Boettcher and colleagues ran six to eight weekly group classes for parents of children with autism.

Each class lasted two hours. Parents watched short videos, role-played PRT steps, and got handouts.

No one went into family homes. All teaching happened in the clinic group room.

02

What they found

After the last class every parent hit 80 % fidelity on a PRT checklist.

Their kids doubled the number of useful words they said at home.

Gains showed up without any one-to-one therapist coaching.

03

How this fits with other research

Verschuur et al. (2019) later compared the same group format against individual parent coaching. Both styles raised child initiations, but only the group classes also lowered parent stress.

Tsiouri et al. (2012) used home-based DTT instead of group PRT and still saw first words pop out. The common thread is parents doing the work, not the setting.

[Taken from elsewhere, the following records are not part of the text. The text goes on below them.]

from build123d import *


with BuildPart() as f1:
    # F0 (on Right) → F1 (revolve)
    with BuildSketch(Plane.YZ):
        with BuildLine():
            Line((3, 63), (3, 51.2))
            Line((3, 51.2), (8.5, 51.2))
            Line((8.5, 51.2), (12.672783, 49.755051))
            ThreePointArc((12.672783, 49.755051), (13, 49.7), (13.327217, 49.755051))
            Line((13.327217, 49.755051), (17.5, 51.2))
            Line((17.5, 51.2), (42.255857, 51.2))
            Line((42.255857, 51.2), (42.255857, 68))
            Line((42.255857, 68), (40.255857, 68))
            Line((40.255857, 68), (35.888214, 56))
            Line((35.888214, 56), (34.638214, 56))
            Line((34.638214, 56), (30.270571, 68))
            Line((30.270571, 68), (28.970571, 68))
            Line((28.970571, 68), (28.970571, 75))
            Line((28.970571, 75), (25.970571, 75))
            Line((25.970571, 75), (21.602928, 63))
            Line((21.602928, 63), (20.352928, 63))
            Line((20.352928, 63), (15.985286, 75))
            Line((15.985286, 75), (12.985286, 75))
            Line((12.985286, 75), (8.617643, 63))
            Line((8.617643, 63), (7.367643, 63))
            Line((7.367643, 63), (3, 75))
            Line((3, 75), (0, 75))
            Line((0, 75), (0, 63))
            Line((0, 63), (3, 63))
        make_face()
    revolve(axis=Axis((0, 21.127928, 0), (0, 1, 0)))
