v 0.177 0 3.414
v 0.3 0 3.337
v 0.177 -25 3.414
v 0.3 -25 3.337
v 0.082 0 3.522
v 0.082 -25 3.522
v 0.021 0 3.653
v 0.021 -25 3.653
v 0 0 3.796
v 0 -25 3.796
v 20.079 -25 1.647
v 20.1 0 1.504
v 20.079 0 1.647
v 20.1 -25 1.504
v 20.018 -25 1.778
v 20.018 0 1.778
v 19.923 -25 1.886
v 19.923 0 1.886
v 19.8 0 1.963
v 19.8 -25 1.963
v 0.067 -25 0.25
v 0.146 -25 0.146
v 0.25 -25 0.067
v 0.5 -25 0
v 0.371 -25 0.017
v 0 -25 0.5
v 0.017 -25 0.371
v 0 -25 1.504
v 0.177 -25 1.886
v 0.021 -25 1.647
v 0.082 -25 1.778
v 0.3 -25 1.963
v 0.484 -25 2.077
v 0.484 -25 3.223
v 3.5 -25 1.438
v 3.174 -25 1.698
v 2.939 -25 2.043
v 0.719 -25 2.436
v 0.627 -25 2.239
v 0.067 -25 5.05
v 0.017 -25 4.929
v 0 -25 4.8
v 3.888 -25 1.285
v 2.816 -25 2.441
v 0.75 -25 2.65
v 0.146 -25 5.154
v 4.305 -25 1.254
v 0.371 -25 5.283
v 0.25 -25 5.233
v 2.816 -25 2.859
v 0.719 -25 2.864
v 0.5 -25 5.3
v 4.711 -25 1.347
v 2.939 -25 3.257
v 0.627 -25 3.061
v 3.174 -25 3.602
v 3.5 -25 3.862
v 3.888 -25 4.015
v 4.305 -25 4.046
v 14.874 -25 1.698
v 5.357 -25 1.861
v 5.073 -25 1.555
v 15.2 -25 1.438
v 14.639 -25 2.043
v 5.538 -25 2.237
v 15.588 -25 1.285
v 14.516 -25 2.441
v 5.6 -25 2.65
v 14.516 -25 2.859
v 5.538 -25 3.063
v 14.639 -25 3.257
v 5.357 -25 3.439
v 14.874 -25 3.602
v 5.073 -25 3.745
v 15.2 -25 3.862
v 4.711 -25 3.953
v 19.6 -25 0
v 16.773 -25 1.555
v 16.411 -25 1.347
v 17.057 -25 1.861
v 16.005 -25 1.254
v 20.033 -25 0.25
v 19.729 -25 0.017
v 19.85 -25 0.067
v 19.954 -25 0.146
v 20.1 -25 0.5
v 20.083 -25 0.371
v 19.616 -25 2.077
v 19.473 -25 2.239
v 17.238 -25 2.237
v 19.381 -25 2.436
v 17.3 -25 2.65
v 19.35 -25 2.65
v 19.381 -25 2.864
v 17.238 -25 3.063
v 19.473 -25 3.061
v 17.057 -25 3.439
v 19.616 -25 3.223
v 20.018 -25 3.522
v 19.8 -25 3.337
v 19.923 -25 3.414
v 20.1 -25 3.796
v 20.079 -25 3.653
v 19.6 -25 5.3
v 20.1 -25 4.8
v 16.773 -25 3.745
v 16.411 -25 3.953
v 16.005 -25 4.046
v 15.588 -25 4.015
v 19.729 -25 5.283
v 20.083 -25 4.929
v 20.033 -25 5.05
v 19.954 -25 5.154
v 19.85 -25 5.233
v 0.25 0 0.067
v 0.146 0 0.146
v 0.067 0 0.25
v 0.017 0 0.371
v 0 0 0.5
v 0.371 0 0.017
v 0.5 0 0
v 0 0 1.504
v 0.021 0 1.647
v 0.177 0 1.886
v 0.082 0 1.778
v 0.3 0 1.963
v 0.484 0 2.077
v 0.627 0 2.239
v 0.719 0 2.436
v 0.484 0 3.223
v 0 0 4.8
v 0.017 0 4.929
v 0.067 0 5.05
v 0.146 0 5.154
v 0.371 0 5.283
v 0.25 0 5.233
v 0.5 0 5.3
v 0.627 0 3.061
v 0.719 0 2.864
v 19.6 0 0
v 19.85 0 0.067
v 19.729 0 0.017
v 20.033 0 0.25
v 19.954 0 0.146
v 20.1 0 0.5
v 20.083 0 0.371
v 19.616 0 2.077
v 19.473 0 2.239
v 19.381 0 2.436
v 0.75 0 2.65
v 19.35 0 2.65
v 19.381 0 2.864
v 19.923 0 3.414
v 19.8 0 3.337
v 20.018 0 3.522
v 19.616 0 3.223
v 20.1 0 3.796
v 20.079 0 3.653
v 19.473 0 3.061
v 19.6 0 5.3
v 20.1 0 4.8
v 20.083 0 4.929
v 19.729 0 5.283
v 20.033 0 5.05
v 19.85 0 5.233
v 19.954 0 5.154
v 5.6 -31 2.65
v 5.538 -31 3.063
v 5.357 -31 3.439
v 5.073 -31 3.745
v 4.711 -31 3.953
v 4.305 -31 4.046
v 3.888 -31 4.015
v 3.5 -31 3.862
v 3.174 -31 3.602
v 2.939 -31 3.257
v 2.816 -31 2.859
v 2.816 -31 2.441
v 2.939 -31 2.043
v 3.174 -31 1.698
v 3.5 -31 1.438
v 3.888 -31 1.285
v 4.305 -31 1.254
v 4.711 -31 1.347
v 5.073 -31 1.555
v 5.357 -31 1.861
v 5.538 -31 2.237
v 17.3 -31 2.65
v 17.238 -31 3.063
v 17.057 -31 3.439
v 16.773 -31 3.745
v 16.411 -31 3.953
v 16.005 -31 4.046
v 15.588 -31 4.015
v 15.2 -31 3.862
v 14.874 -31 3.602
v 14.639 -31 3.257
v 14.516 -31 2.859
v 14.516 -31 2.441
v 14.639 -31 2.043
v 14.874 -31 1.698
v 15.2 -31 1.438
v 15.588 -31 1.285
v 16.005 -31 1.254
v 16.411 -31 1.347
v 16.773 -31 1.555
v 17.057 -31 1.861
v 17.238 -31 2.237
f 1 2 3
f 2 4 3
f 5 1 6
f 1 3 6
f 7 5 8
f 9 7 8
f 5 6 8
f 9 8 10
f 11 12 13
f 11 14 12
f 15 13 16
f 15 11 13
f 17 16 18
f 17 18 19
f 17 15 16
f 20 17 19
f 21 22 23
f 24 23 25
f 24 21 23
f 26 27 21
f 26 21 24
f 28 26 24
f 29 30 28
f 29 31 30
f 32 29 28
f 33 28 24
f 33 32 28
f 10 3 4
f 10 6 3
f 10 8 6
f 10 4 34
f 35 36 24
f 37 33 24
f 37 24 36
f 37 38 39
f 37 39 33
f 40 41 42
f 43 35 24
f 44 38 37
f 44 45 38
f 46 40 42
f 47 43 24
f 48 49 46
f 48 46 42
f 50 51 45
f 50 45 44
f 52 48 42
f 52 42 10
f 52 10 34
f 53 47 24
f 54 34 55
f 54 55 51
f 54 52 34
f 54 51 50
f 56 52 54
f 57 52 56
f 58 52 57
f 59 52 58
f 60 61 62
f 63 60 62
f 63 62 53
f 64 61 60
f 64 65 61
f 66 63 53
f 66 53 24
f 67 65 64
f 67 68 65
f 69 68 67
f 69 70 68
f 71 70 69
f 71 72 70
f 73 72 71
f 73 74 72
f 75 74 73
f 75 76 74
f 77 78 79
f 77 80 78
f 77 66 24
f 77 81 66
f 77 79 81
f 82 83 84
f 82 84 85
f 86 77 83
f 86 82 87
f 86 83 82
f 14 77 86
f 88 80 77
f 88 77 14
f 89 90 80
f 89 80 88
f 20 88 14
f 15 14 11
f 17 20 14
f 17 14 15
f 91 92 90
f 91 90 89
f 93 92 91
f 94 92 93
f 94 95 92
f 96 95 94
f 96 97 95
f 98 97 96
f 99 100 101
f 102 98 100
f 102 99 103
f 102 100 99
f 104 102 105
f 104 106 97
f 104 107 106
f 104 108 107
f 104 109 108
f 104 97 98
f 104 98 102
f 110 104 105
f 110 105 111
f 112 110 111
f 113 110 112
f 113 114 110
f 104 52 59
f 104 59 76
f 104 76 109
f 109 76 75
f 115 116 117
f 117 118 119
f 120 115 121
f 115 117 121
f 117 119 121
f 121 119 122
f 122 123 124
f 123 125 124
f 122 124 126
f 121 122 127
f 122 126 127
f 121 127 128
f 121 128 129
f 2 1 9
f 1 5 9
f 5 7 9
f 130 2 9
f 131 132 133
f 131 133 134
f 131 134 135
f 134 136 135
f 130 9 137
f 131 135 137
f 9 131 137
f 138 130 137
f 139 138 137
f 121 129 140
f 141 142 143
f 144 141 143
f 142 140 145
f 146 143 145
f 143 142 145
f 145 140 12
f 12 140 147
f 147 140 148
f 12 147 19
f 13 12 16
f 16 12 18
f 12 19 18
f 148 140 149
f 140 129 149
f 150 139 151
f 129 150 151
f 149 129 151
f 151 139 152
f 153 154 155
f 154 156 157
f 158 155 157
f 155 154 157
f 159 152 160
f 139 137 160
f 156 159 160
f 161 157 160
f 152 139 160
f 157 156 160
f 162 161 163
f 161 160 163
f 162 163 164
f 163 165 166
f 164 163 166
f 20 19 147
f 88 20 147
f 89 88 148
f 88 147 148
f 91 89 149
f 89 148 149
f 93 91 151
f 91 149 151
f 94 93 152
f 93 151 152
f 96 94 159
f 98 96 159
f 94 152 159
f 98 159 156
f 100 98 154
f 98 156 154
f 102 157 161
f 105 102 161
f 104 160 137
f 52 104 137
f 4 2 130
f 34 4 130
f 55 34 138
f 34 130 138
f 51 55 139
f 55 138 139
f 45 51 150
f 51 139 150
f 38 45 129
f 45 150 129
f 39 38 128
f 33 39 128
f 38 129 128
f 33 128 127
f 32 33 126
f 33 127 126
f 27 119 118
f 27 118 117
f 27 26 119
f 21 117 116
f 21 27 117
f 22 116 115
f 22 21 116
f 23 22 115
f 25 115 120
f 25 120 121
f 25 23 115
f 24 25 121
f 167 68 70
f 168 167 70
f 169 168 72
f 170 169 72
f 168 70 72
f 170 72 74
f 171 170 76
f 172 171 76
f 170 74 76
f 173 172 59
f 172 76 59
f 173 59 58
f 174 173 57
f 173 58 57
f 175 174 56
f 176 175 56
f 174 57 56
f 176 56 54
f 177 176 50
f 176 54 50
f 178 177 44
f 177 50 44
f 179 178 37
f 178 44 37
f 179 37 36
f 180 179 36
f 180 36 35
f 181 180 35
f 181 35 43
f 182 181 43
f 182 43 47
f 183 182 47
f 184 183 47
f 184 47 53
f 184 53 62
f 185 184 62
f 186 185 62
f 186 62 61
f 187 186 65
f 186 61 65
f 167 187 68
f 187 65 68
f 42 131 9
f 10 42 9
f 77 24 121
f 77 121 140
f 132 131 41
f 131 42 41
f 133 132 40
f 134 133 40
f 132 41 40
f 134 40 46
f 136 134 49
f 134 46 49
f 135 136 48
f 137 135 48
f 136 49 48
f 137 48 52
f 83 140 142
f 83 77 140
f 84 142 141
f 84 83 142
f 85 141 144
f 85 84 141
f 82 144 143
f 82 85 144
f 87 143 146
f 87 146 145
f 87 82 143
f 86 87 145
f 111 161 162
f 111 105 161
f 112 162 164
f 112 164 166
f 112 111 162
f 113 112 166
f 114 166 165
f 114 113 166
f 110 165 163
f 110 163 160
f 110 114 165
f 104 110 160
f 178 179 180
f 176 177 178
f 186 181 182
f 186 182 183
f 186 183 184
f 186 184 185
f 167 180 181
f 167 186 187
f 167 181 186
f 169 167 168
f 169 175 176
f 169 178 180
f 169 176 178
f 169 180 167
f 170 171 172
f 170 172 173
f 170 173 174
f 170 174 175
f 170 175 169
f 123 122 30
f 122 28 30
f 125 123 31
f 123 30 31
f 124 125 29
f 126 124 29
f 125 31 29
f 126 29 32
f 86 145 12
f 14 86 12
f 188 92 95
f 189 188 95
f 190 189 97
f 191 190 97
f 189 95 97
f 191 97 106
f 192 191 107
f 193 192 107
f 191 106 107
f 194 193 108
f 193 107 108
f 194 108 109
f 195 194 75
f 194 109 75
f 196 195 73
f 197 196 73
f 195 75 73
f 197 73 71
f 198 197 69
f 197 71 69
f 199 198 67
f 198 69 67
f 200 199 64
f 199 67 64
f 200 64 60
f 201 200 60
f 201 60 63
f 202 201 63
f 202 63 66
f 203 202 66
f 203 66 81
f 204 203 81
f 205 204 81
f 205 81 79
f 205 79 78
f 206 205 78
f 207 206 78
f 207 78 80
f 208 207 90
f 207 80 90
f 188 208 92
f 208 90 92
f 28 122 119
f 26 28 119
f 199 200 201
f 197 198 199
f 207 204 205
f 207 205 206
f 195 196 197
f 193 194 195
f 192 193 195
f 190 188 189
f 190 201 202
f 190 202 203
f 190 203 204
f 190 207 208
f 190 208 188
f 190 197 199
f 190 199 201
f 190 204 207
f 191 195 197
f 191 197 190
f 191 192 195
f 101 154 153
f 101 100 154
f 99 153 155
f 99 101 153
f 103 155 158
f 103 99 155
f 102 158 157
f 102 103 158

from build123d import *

# Parameters (mm, degrees)
F1_DEPTH = 25
F2_R     = 1.4
F3_DEPTH = 6
F4_R     = 0.5


with BuildPart() as f1:
    # F0 (on Front) → F1 (new body)
    with BuildSketch(Plane.XZ):
        with BuildLine():
            Line((0, 1.9), (0, 0))
            Line((0, 0), (20.1, 0))
            Line((20.1, 0), (20.1, 1.9))
            ThreePointArc((20.1, 1.9), (19.35, 2.65), (20.1, 3.4))
            Line((20.1, 3.4), (20.1, 5.3))
            Line((20.1, 5.3), (0, 5.3))
            Line((0, 5.3), (0, 3.4))
            ThreePointArc((0, 3.4), (0.75, 2.65), (0, 1.9))
        make_face()
    extrude(amount=F1_DEPTH)

    # F2 (on face) → F3 (join)
    with BuildSketch(Plane.XZ.offset(25)):
        with Locations((4.2, 2.65)):
            Circle(F2_R)
        with Locations((15.9, 2.65)):
            Circle(F2_R)
    extrude(amount=F3_DEPTH)

    # F4
    f4_edges = [f1.edges().sort_by_distance(p)[0] for p in [
        (20.1, -12.5, 5.3),
        (20.1, -12.5, 3.4),
        (20.1, -12.5, 1.9),
        (20.1, -12.5, 0),
        (0, -12.5, 5.3),
        (0, -12.5, 0),
        (0, -12.5, 1.9),
        (0, -12.5, 3.4),
    ]]
    fillet(f4_edges, radius=F4_R)


solid = f1.part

Burgio et al. (1986) proved written parent instructions alone can generalize skills at low cost. Boettcher adds language to that list and shows a cheap group model works for autism too.

04

Why it matters

You can run a short parent group, skip home visits, and still grow child language. Use the saved hours to serve more families on your wait list.

Free CEUs

Want CEUs on This Topic?

The ABA Clubhouse has 60+ free CEUs — live every Wednesday. Ethics, supervision & clinical topics.

Join Free →
→ Action — try this Monday

Pick three core PRT steps, script a 10-minute demo, and open a new six-week parent group next month.

02At a glance

Intervention
pivotal response treatment
Design
pre post no control
Population
autism spectrum disorder
Finding
positive

03Original abstract

The number of children diagnosed with autism spectrum disorders is increasing, necessitating the development of efficient treatment models. Research has demonstrated that parent-delivered behavioral interventions are a viable treatment model; however, little research has focused on teaching parents in groups. The aim of this study was to demonstrate that parents can learn Pivotal Response Training (PRT) in group therapy, resulting in correlated gains in children's language. Baseline and post-treatment data were obtained and examined for changes in (a) parent fidelity of PRT implementation, and (b) child functional verbal utterances. Significant differences were observed for both variables. These findings suggest that parents can learn PRT in a group format, resulting in correlated child language gains, thus future controlled studies are warranted.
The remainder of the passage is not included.